PROBLEM TO WORK ON:
From the entries below, return exactly the lines beginning at the one that contains "Polygon((-30, 11.645898), (-30, 5), (-16.708204, 5), align=None)" and ending at the one that contains "A parametric FreeCAD", both of them included, and only those lines.

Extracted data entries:
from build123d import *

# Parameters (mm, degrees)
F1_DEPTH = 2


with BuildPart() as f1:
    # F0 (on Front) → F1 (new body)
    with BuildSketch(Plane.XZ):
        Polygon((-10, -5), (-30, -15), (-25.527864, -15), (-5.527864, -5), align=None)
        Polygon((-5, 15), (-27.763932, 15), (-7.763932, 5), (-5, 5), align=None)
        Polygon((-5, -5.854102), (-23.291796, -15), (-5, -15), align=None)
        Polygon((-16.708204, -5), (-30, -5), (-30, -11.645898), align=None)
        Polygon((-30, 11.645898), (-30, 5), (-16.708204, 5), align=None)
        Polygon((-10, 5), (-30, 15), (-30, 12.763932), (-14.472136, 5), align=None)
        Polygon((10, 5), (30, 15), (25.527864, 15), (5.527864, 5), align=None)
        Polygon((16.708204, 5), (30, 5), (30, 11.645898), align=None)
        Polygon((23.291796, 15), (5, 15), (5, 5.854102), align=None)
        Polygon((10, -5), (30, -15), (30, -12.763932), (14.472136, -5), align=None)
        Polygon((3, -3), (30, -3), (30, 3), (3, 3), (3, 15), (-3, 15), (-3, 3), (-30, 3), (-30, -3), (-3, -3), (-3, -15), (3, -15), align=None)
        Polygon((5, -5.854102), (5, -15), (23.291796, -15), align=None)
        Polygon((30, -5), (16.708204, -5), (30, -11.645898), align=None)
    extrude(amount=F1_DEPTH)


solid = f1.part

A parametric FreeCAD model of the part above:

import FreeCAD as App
import Part
import Sketcher

V = App.Vector


def add_polygon(sketch, points):
    """Adds a closed chain of lines whose ends are joined by coincident constraints."""
    first, n = sketch.GeometryCount, len(points)
    for a, b in zip(points, points[1:] + points[:1]):
        sketch.addGeometry(Part.LineSegment(App.Vector(*a, 0), App.Vector(*b, 0)), False)
    for i in range(n):
        sketch.addConstraint(Sketcher.Constraint("Coincident", first + i, 2, first + (i + 1) % n, 1))

doc = App.newDocument("Part")
body = doc.addObject("PartDesign::Body", "Body")
body.AllowCompound = True

sketch1 = body.newObject("Sketcher::SketchObject", "Sketch")
sketch1.AttachmentSupport = (doc.getObject("XZ_Plane"), [""])
sketch1.MapMode = "FlatFace"
add_polygon(sketch1, [(-10, -5), (-30, -15), (-25.5, -15), (-5.5, -5)])
add_polygon(sketch1, [(-5, 15), (-27.8, 15), (-7.8, 5), (-5, 5)])
add_polygon(sketch1, [(-5, -5.9), (-23.3, -15), (-5, -15)])
add_polygon(sketch1, [(-16.7, -5), (-30, -5), (-30, -11.6)])
add_polygon(sketch1, [(-30, 11.6), (-30, 5), (-16.7, 5)])
add_polygon(sketch1, [(-10, 5), (-30, 15), (-30, 12.8), (-14.5, 5)])
add_polygon(sketch1, [(10, 5), (30, 15), (25.5, 15), (5.5, 5)])
add_polygon(sketch1, [(16.7, 5), (30, 5), (30, 11.6)])
add_polygon(sketch1, [(23.3, 15), (5, 15), (5, 5.9)])
add_polygon(sketch1, [(10, -5), (30, -15), (30, -12.8), (14.5, -5)])
add_polygon(sketch1, [(3, -3), (30, -3), (30, 3), (3, 3), (3, 15), (-3, 15), (-3, 3), (-30, 3), (-30, -3), (-3, -3), (-3, -15), (3, -15)])
add_polygon(sketch1, [(5, -5.9), (5, -15), (23.3, -15)])
add_polygon(sketch1, [(30, -5), (16.7, -5), (30, -11.6)])
sketch1.addConstraint([
    Sketcher.Constraint("Horizontal", 1),
    Sketcher.Constraint("Horizontal", 3),
    Sketcher.Constraint("Horizontal", 4),
    Sketcher.Constraint("Horizontal", 6),
    Sketcher.Constraint("Vertical", 7),
    Sketcher.Constraint("Horizontal", 9),
    Sketcher.Constraint("Vertical", 10),
    Sketcher.Constraint("Horizontal", 11),
    Sketcher.Constraint("Vertical", 12),
    Sketcher.Constraint("Vertical", 14),
    Sketcher.Constraint("Horizontal", 15),
    Sketcher.Constraint("Vertical", 18),
    Sketcher.Constraint("Horizontal", 20),
    Sketcher.Constraint("Horizontal", 22),
    Sketcher.Constraint("Horizontal", 24),
    Sketcher.Constraint("Horizontal", 25),
    Sketcher.Constraint("Vertical", 26),
    Sketcher.Constraint("Horizontal", 28),
    Sketcher.Constraint("Vertical", 29),
    Sketcher.Constraint("Vertical", 32),
    Sketcher.Constraint("Horizontal", 34),
    Sketcher.Constraint("Horizontal", 35),
    Sketcher.Constraint("Vertical", 36),
    Sketcher.Constraint("Horizontal", 37),
    Sketcher.Constraint("Vertical", 38),
    Sketcher.Constraint("Horizontal", 39),
    Sketcher.Constraint("Vertical", 40),
    Sketcher.Constraint("Horizontal", 41),
    Sketcher.Constraint("Vertical", 42),
    Sketcher.Constraint("Horizontal", 43),
    Sketcher.Constraint("Vertical", 44),
    Sketcher.Constraint("Horizontal", 45),
    Sketcher.Constraint("Vertical", 46),
    Sketcher.Constraint("Vertical", 47),
    Sketcher.Constraint("Horizontal", 48),
    Sketcher.Constraint("Horizontal", 50),
    Sketcher.Constraint("Vertical", 52),
    Sketcher.Constraint("Symmetric", 0, 2, 21, 2, -1, 1),
    Sketcher.Constraint("Symmetric", 2, 2, 23, 2, -1, 1),
    Sketcher.Constraint("Symmetric", 11, 2, 25, 2, -1, 1),
    Sketcher.Constraint("Symmetric", 9, 2, 28, 2, -1, 1),
    Sketcher.Constraint("Symmetric", 17, 2, 31, 2, -1, 1),
    Sketcher.Constraint("Symmetric", 19, 2, 33, 2, -1, 1),
    Sketcher.Constraint("Symmetric", 35, 2, 41, 2, -1, 1),
    Sketcher.Constraint("Symmetric", 37, 2, 43, 2, -1, 1),
    Sketcher.Constraint("Symmetric", 39, 2, 45, 2, -1, 1),
    Sketcher.Constraint("Symmetric", 7, 2, 47, 2, -1, 1),
    Sketcher.Constraint("Symmetric", 15, 2, 50, 2, -1, 1),
    Sketcher.Constraint("Symmetric", 16, 2, 51, 2, -1, 1),
    Sketcher.Constraint("Symmetric", 17, 2, 21, 2, -2),
    Sketcher.Constraint("Symmetric", 20, 2, 24, 2, -2),
    Sketcher.Constraint("Symmetric", 14, 2, 25, 2, -2),
    Sketcher.Constraint("Symmetric", 7, 2, 28, 2, -2),
    Sketcher.Constraint("Symmetric", 37, 2, 40, 2, -2),
    Sketcher.Constraint("Parallel", 0, 2),
    Sketcher.Constraint("Parallel", 2, 8),
    Sketcher.Constraint("Parallel", 8, 13),
    Sketcher.Constraint("Parallel", 5, 16),
    Sketcher.Constraint("Parallel", 16, 17),
    Sketcher.Constraint("Parallel", 17, 19),
    Sketcher.Constraint("Parallel", 13, 21),
    Sketcher.Constraint("Parallel", 21, 23),
    Sketcher.Constraint("Parallel", 23, 27),
    Sketcher.Constraint("Parallel", 27, 30),
    Sketcher.Constraint("Parallel", 19, 31),
    Sketcher.Constraint("Parallel", 31, 33),
    Sketcher.Constraint("Parallel", 33, 49),
    Sketcher.Constraint("Horizontal", 1, 2, 8, 2),
    Sketcher.Constraint("Horizontal", 3, 2, 11, 2),
    Sketcher.Constraint("Horizontal", 6, 2, 14, 2),
    Sketcher.Constraint("Horizontal", 16, 2, 26, 2),
    Sketcher.Constraint("Horizontal", 30, 2, 38, 2),
    Sketcher.Constraint("Horizontal", 10, 2, 49, 2),
    Sketcher.Constraint("Horizontal", 12, 2, 51, 2),
    Sketcher.Constraint("Vertical", 0, 2, 11, 2),
    Sketcher.Constraint("Vertical", 32, 2, 35, 2),
    Sketcher.Constraint("Vertical", 30, 2, 48, 2),
    Sketcher.Constraint("Equal", 3, 20),
    Sketcher.Constraint("Equal", 45, 36),
    Sketcher.Constraint("DistanceX", 35, 1, 35, 2, 27.0),
    Sketcher.Constraint("DistanceX", 39, 2, 39, 1, 6.0),
    Sketcher.Constraint("DistanceY", 7, 1, 7, 2, 10.0),
    Sketcher.Constraint("DistanceY", 38, 1, 38, 2, 12.0),
    Sketcher.Constraint("DistanceX", 3, 2, -1, 1, 10.0),
    Sketcher.Constraint("DistanceX", 6, 2, -1, 1, 5.0),
    Sketcher.Constraint("DistanceY", 12, 2, 12, 1, 6.645898),
    Sketcher.Constraint("DistanceX", 6, 1, 6, 2, 2.763932),
    Sketcher.Constraint("Distance", 8, 20.45085),
    Sketcher.Constraint("Distance", 19, 17.36068),
])
pad1 = body.newObject("PartDesign::Pad", "Pad")
pad1.Profile = sketch1
pad1.Length = 2

doc.recompute()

ANSWER SPACE:
        Polygon((-30, 11.645898), (-30, 5), (-16.708204, 5), align=None)
        Polygon((-10, 5), (-30, 15), (-30, 12.763932), (-14.472136, 5), align=None)
        Polygon((10, 5), (30, 15), (25.527864, 15), (5.527864, 5), align=None)
        Polygon((16.708204, 5), (30, 5), (30, 11.645898), align=None)
        Polygon((23.291796, 15), (5, 15), (5, 5.854102), align=None)
        Polygon((10, -5), (30, -15), (30, -12.763932), (14.472136, -5), align=None)
        Polygon((3, -3), (30, -3), (30, 3), (3, 3), (3, 15), (-3, 15), (-3, 3), (-30, 3), (-30, -3), (-3, -3), (-3, -15), (3, -15), align=None)
        Polygon((5, -5.854102), (5, -15), (23.291796, -15), align=None)
        Polygon((30, -5), (16.708204, -5), (30, -11.645898), align=None)
    extrude(amount=F1_DEPTH)


solid = f1.part

A parametric FreeCAD model of the part above:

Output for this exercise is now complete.